Every record shown below is to be output exactly.

-------- TASK INPUTS --------

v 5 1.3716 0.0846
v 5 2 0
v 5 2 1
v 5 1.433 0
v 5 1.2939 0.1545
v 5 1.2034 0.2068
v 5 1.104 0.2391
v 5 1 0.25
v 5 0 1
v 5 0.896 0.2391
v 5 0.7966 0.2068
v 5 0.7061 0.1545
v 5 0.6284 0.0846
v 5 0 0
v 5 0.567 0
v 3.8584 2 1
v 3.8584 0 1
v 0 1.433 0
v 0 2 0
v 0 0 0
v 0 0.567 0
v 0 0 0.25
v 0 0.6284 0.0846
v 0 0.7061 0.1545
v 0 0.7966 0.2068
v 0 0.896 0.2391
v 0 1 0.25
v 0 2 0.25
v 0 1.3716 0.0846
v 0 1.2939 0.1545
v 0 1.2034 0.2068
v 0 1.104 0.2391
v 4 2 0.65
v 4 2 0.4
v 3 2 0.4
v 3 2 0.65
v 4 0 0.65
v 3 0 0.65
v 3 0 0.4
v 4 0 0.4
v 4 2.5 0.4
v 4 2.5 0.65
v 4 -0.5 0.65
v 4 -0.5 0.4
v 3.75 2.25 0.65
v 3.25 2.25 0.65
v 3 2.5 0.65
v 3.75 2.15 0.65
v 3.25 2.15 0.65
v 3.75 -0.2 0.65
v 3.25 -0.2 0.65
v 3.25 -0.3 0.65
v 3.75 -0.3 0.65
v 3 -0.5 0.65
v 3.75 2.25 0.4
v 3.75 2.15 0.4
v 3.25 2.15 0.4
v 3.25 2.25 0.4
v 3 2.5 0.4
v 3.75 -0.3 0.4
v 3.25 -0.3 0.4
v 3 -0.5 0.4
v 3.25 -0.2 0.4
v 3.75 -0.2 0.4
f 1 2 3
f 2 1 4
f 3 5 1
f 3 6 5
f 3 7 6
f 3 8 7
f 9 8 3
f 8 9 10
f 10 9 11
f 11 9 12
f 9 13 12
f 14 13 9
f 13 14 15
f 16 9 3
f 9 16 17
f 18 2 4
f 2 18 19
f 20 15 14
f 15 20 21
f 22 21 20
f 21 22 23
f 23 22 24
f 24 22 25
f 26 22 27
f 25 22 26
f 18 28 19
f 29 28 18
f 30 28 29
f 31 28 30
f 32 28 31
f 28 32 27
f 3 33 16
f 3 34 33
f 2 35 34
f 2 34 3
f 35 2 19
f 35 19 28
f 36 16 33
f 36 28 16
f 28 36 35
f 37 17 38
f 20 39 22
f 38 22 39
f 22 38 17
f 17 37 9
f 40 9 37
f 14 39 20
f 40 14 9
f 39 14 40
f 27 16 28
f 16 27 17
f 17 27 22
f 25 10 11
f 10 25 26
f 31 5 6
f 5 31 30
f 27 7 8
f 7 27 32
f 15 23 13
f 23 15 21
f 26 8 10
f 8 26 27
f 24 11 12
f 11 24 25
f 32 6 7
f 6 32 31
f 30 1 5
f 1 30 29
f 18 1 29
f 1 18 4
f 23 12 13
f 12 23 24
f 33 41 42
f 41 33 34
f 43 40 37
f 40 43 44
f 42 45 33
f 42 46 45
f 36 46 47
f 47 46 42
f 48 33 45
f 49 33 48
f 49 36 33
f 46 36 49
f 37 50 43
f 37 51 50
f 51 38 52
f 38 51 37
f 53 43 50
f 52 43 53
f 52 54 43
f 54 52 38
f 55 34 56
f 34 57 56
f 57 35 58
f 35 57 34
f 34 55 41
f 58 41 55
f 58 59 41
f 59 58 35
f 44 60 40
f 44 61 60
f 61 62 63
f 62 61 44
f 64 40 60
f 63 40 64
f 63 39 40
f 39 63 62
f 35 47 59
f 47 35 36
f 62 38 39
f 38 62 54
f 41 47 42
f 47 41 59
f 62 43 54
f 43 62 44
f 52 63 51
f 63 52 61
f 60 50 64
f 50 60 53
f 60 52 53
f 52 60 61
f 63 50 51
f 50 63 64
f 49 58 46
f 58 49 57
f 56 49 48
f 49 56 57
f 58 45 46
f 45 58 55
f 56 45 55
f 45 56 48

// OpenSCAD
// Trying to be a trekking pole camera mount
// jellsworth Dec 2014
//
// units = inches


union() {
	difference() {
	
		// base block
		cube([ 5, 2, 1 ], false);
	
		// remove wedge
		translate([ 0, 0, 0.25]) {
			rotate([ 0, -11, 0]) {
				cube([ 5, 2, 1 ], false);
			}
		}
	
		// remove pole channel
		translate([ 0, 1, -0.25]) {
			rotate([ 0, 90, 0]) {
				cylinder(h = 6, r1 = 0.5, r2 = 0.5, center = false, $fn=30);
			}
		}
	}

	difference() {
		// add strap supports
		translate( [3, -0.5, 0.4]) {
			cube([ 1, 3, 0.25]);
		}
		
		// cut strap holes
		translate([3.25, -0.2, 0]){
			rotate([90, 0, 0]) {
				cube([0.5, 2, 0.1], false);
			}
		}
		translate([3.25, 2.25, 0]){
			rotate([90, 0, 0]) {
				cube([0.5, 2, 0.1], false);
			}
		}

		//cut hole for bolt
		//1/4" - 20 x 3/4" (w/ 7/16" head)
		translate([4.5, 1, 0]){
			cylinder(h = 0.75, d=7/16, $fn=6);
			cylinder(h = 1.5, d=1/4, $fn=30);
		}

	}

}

--------

§ WRITTEN SOLUTION
v 5 1.3716 0.0846
v 5 2 0
v 5 2 1
v 5 1.433 0
v 5 1.2939 0.1545
v 5 1.2034 0.2068
v 5 1.104 0.2391
v 5 1 0.25
v 5 0 1
v 5 0.896 0.2391
v 5 0.7966 0.2068
v 5 0.7061 0.1545
v 5 0.6284 0.0846
v 5 0 0
v 5 0.567 0
v 3.8584 2 1
v 3.8584 0 1
v 0 1.433 0
v 0 2 0
v 0 0 0
v 0 0.567 0
v 0 0 0.25
v 0 0.6284 0.0846
v 0 0.7061 0.1545
v 0 0.7966 0.2068
v 0 0.896 0.2391
v 0 1 0.25
v 0 2 0.25
v 0 1.3716 0.0846
v 0 1.2939 0.1545
v 0 1.2034 0.2068
v 0 1.104 0.2391
v 4 2 0.65
v 4 2 0.4
v 3 2 0.4
v 3 2 0.65
v 4 0 0.65
v 3 0 0.65
v 3 0 0.4
v 4 0 0.4
v 4 2.5 0.4
v 4 2.5 0.65
v 4 -0.5 0.65
v 4 -0.5 0.4
v 3.75 2.25 0.65
v 3.25 2.25 0.65
v 3 2.5 0.65
v 3.75 2.15 0.65
v 3.25 2.15 0.65
v 3.75 -0.2 0.65
v 3.25 -0.2 0.65
v 3.25 -0.3 0.65
v 3.75 -0.3 0.65
v 3 -0.5 0.65
v 3.75 2.25 0.4
v 3.75 2.15 0.4
v 3.25 2.15 0.4
v 3.25 2.25 0.4
v 3 2.5 0.4
v 3.75 -0.3 0.4
v 3.25 -0.3 0.4
v 3 -0.5 0.4
v 3.25 -0.2 0.4
v 3.75 -0.2 0.4
f 1 2 3
f 2 1 4
f 3 5 1
f 3 6 5
f 3 7 6
f 3 8 7
f 9 8 3
f 8 9 10
f 10 9 11
f 11 9 12
f 9 13 12
f 14 13 9
f 13 14 15
f 16 9 3
f 9 16 17
f 18 2 4
f 2 18 19
f 20 15 14
f 15 20 21
f 22 21 20
f 21 22 23
f 23 22 24
f 24 22 25
f 26 22 27
f 25 22 26
f 18 28 19
f 29 28 18
f 30 28 29
f 31 28 30
f 32 28 31
f 28 32 27
f 3 33 16
f 3 34 33
f 2 35 34
f 2 34 3
f 35 2 19
f 35 19 28
f 36 16 33
f 36 28 16
f 28 36 35
f 37 17 38
f 20 39 22
f 38 22 39
f 22 38 17
f 17 37 9
f 40 9 37
f 14 39 20
f 40 14 9
f 39 14 40
f 27 16 28
f 16 27 17
f 17 27 22
f 25 10 11
f 10 25 26
f 31 5 6
f 5 31 30
f 27 7 8
f 7 27 32
f 15 23 13
f 23 15 21
f 26 8 10
f 8 26 27
f 24 11 12
f 11 24 25
f 32 6 7
f 6 32 31
f 30 1 5
f 1 30 29
f 18 1 29
f 1 18 4
f 23 12 13
f 12 23 24
f 33 41 42
f 41 33 34
f 43 40 37
f 40 43 44
f 42 45 33
f 42 46 45
f 36 46 47
f 47 46 42
f 48 33 45
f 49 33 48
f 49 36 33
f 46 36 49
f 37 50 43
f 37 51 50
f 51 38 52
f 38 51 37
f 53 43 50
f 52 43 53
f 52 54 43
f 54 52 38
f 55 34 56
f 34 57 56
f 57 35 58
f 35 57 34
f 34 55 41
f 58 41 55
f 58 59 41
f 59 58 35
f 44 60 40
f 44 61 60
f 61 62 63
f 62 61 44
f 64 40 60
f 63 40 64
f 63 39 40
f 39 63 62
f 35 47 59
f 47 35 36
f 62 38 39
f 38 62 54
f 41 47 42
f 47 41 59
f 62 43 54
f 43 62 44
f 52 63 51
f 63 52 61
f 60 50 64
f 50 60 53
f 60 52 53
f 52 60 61
f 63 50 51
f 50 63 64
f 49 58 46
f 58 49 57
f 56 49 48
f 49 56 57
f 58 45 46
f 45 58 55
f 56 45 55
f 45 56 48

// OpenSCAD
// Trying to be a trekking pole camera mount
// jellsworth Dec 2014
//
// units = inches


union() {
	difference() {
	
		// base block
		cube([ 5, 2, 1 ], false);
	
		// remove wedge
		translate([ 0, 0, 0.25]) {
			rotate([ 0, -11, 0]) {
				cube([ 5, 2, 1 ], false);
			}
		}
	
		// remove pole channel
		translate([ 0, 1, -0.25]) {
			rotate([ 0, 90, 0]) {
				cylinder(h = 6, r1 = 0.5, r2 = 0.5, center = false, $fn=30);
			}
		}
	}

	difference() {
		// add strap supports
		translate( [3, -0.5, 0.4]) {
			cube([ 1, 3, 0.25]);
		}
		
		// cut strap holes
		translate([3.25, -0.2, 0]){
			rotate([90, 0, 0]) {
				cube([0.5, 2, 0.1], false);
			}
		}
		translate([3.25, 2.25, 0]){
			rotate([90, 0, 0]) {
				cube([0.5, 2, 0.1], false);
			}
		}

		//cut hole for bolt
		//1/4" - 20 x 3/4" (w/ 7/16" head)
		translate([4.5, 1, 0]){
			cylinder(h = 0.75, d=7/16, $fn=6);
			cylinder(h = 1.5, d=1/4, $fn=30);
		}

	}

}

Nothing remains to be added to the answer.